White House, oversight panel battle over contractor documents

A House committee is tangling with the Obama administration over access to HealthCare.gov documents and has subpoenaed information from 11 key contractors, including communications between contractors and government officials and a list of meetings they attended about the website's rollout.

Some contractors have tried to deflect the Oversight and Government Reform Committee's subpoena at the behest of the Centers for Medicare and Medicaid Services, the Department of Health and Human Services component that runs HealthCare.gov. In a Dec. 11 letter to HHS Secretary Kathleen Sebelius, committee chairman Darrell Issa (R-Calif.) was sharply critical of that practice.

"The department's instruction to...contractors not to respond to congressional document requests runs afoul of a federal statute that prohibits interfering with an employee's right to furnish information to Congress," Issa wrote.

So far, Creative Computing Solutions Inc. and security-testing contractor MITRE have indicated they will furnish the committee with the unredacted documents as requested.

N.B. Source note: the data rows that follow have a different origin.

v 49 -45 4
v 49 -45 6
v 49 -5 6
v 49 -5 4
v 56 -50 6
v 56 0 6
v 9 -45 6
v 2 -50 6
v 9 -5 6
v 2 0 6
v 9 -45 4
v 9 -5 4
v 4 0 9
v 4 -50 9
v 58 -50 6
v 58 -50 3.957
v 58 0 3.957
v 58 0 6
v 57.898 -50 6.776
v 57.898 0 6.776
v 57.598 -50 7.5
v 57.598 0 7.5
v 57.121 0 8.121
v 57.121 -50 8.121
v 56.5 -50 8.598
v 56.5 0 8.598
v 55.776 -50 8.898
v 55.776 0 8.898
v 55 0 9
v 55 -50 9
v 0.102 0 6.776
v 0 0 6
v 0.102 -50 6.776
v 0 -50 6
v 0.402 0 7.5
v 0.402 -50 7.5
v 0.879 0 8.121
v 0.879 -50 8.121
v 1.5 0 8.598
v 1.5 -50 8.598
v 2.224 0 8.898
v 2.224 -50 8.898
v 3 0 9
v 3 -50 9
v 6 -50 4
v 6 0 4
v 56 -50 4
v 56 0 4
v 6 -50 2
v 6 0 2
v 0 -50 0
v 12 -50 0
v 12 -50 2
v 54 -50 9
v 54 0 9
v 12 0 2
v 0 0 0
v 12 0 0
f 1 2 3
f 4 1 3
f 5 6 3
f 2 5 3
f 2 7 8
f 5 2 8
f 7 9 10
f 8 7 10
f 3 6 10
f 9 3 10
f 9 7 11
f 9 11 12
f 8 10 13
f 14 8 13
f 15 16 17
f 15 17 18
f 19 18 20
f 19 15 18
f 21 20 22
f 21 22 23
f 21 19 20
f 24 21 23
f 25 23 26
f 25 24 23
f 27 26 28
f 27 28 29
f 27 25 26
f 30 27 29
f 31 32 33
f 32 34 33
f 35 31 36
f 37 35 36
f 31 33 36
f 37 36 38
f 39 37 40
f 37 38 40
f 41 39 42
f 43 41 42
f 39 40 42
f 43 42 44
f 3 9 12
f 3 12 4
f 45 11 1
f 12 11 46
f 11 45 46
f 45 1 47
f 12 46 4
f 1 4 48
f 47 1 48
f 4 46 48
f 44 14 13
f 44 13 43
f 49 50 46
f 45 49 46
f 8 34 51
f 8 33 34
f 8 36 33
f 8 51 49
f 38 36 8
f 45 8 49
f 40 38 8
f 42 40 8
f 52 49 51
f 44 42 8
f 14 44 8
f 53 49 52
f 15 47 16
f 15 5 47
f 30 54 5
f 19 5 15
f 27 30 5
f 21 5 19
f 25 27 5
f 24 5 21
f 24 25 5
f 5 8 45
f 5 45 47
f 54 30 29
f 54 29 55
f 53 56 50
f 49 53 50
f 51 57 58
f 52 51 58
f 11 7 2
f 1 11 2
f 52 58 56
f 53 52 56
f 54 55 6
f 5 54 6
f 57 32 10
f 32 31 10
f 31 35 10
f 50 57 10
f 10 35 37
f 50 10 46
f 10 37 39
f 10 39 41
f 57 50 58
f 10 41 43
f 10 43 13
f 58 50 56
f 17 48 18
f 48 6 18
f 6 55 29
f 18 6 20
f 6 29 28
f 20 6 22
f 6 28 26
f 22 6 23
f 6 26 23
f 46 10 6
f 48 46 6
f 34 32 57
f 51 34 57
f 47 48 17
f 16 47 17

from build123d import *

# Parameters (mm, degrees)
F1_DEPTH = 50
F2_R     = 3
F3_W     = 40
F3_H     = 40
F4_DEPTH = 2


with BuildPart() as f1:
    # F0 (on Front) → F1 (new body)
    with BuildSketch(Plane.XZ):
        Polygon((0, 9), (0, 6), (2, 6), (4, 9), align=None)
        Polygon((2, 6), (0, 6), (0, 0), (12, 0), (12, 2), (6, 2), (6, 4), (56, 4), (58, 3.95681), (58, 6), (56, 6), align=None)
        Polygon((54, 9), (56, 6), (58, 6), (58, 9), align=None)
    extrude(amount=F1_DEPTH)

    # F2
    f2_edges = [f1.edges().sort_by_distance(p)[0] for p in [
        (0, -25, 9),
        (58, -25, 9),
    ]]
    fillet(f2_edges, radius=F2_R)

    # F3 (on face) → F4 (cut)
    with BuildSketch(Plane.XY.offset(6)):
        with Locations((29, -25)):
            Rectangle(F3_W, F3_H)
    extrude(amount=-F4_DEPTH, mode=Mode.SUBTRACT)


solid = f1.part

The Obama administration and Democrats on the House committee, including ranking member Elijah Cummings of Maryland, want contractors with sensitive security information to provide briefings in a closed session. They do not want the companies to release documents -- including security control assessments (SCAs) of HealthCare.gov -- that could wind up in press reports.

"It is the view of cybersecurity experts from across the administration that these documents, if further disclosed, would provide information to potential hackers that increases the risk they could penetrate HealthCare.gov, the Federal Data Services Hub, and other federal IT systems," White House counsel Kathryn Ruemmler wrote in a Dec. 15 letter to House Speaker John Boehner (R-Ohio). "Even though many of the original vulnerabilities have been successfully mitigated, details in the unredacted SCAs could be misused to develop a targeted intrusion strategy."

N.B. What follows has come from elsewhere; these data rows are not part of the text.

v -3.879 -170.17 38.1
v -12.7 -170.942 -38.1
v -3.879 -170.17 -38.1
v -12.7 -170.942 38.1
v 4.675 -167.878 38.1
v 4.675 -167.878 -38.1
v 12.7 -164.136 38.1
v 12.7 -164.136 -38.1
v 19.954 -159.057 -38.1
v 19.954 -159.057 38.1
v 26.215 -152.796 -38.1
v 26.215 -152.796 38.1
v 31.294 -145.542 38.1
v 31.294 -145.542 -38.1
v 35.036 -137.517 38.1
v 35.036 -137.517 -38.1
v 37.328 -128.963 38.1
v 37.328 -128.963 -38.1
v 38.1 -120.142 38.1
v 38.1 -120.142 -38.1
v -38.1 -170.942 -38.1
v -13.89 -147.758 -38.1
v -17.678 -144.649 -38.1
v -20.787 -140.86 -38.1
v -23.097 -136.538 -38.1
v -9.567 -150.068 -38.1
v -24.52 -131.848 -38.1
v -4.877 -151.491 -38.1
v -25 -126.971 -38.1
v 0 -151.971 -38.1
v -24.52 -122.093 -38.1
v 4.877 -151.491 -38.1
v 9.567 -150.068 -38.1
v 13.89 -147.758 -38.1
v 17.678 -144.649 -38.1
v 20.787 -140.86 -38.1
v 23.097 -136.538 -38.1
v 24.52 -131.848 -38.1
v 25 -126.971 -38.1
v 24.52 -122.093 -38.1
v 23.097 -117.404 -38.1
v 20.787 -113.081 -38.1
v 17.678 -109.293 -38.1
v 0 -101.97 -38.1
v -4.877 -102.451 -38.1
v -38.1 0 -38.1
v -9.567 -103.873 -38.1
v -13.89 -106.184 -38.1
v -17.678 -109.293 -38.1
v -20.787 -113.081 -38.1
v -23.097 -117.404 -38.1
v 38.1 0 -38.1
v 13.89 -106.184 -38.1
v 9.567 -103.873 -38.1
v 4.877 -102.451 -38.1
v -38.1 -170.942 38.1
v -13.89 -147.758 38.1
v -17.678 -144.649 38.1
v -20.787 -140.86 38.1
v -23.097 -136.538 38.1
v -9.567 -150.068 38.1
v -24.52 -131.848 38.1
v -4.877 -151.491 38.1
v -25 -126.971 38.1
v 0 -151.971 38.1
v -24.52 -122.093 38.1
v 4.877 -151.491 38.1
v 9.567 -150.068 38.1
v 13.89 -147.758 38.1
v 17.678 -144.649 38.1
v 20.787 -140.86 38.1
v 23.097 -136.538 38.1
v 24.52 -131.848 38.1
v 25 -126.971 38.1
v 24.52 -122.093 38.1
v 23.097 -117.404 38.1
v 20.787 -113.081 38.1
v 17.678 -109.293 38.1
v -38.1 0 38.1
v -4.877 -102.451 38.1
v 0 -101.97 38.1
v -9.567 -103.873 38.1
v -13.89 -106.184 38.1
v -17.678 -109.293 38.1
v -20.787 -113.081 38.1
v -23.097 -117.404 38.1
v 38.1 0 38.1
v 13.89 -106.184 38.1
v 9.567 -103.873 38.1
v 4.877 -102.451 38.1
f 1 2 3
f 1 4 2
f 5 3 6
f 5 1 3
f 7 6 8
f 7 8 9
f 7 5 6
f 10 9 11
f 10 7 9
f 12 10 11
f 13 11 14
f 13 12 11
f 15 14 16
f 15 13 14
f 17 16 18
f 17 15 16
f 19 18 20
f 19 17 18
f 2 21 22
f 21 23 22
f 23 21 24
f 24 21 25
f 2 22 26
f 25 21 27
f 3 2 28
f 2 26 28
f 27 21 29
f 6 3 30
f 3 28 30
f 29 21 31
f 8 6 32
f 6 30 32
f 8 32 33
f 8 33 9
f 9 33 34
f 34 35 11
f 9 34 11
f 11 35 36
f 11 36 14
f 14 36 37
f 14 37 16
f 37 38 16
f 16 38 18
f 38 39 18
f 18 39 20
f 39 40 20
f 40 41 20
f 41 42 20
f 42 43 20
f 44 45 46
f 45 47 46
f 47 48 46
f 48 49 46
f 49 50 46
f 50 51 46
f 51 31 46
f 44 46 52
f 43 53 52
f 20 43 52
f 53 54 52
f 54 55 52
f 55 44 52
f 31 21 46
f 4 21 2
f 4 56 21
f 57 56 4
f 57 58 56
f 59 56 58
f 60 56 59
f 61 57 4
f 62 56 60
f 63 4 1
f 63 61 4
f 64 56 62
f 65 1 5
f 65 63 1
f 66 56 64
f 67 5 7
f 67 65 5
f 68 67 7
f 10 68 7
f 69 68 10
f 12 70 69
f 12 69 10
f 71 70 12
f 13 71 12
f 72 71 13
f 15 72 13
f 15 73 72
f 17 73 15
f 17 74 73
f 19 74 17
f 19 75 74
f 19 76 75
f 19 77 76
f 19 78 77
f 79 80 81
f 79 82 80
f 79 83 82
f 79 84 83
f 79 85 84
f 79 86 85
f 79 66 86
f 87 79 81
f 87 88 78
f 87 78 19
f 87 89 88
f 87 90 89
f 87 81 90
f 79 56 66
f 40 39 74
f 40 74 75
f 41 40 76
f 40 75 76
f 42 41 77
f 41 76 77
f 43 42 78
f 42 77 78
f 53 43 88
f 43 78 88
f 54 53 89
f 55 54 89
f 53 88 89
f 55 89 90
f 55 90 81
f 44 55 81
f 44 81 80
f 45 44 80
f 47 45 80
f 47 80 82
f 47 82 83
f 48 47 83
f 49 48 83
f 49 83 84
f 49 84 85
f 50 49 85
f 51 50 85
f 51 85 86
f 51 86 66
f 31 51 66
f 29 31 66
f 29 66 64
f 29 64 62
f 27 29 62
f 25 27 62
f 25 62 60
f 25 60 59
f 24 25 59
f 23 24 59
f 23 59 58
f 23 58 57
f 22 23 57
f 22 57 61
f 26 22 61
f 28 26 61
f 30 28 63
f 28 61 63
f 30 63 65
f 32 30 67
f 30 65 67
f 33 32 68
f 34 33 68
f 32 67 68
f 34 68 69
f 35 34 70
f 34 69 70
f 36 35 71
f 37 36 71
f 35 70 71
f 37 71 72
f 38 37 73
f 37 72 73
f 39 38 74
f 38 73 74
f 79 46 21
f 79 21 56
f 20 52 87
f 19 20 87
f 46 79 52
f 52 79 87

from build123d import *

# Parameters (mm, degrees)
F0_W     = 76.2
F0_H     = 76.2
F1_DEPTH = 170.942
F2_R     = 25.000448
F3_DEPTH = 76.201
F4_R     = 50.8


with BuildPart() as f1:
    # F0 (on Front) → F1 (new body)
    with BuildSketch(Plane.XZ):
        Rectangle(F0_W, F0_H)
    extrude(amount=F1_DEPTH)

    # F2 (on face) → F3 (cut, through all)
    with BuildSketch(Plane.XY.offset(38.1)):
        with Locations((0, -126.970813)):
            Circle(F2_R)
    extrude(amount=-F3_DEPTH, mode=Mode.SUBTRACT)

    # F4
    f4_edges = [f1.edges().sort_by_distance(p)[0] for p in [
        (38.1, -170.942, 0),
    ]]
    fillet(f4_edges, radius=F4_R)


solid = f1.part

Issa's committee released a staff report on Dec. 16 that alleged CMS failed to create a backup plan in the event that the HealthCare.gov website did not work as designed when it launched on Oct. 1. The numerous problems with the site affected navigators in particular, who were hired to guide consumers through the process via a telephone help desk and in-person enrollment services.

"Unable to use the website because of widespread glitches, navigators lacked direction from HHS on how to sign up consumers," the committee report states.

Meanwhile, the team repairing the troubled site reported that fixes implemented during the "tech surge" in November have greatly reduced errors in sending enrollment information to health insurance carriers.

A persistent technical problem was botching the transmission of enrollment forms, known as 834s. Carriers received forms with garbled information, multiple forms for a single application, forms that mislabeled children as spouses, and in many cases no forms at all from individuals who completed the enrollment process on HealthCare.gov. In a Dec. 13 press release, HHS officials said applications from 15,000 enrollees resulted in no 834 being transmitted -- the first indication from official sources of the scale of the problem.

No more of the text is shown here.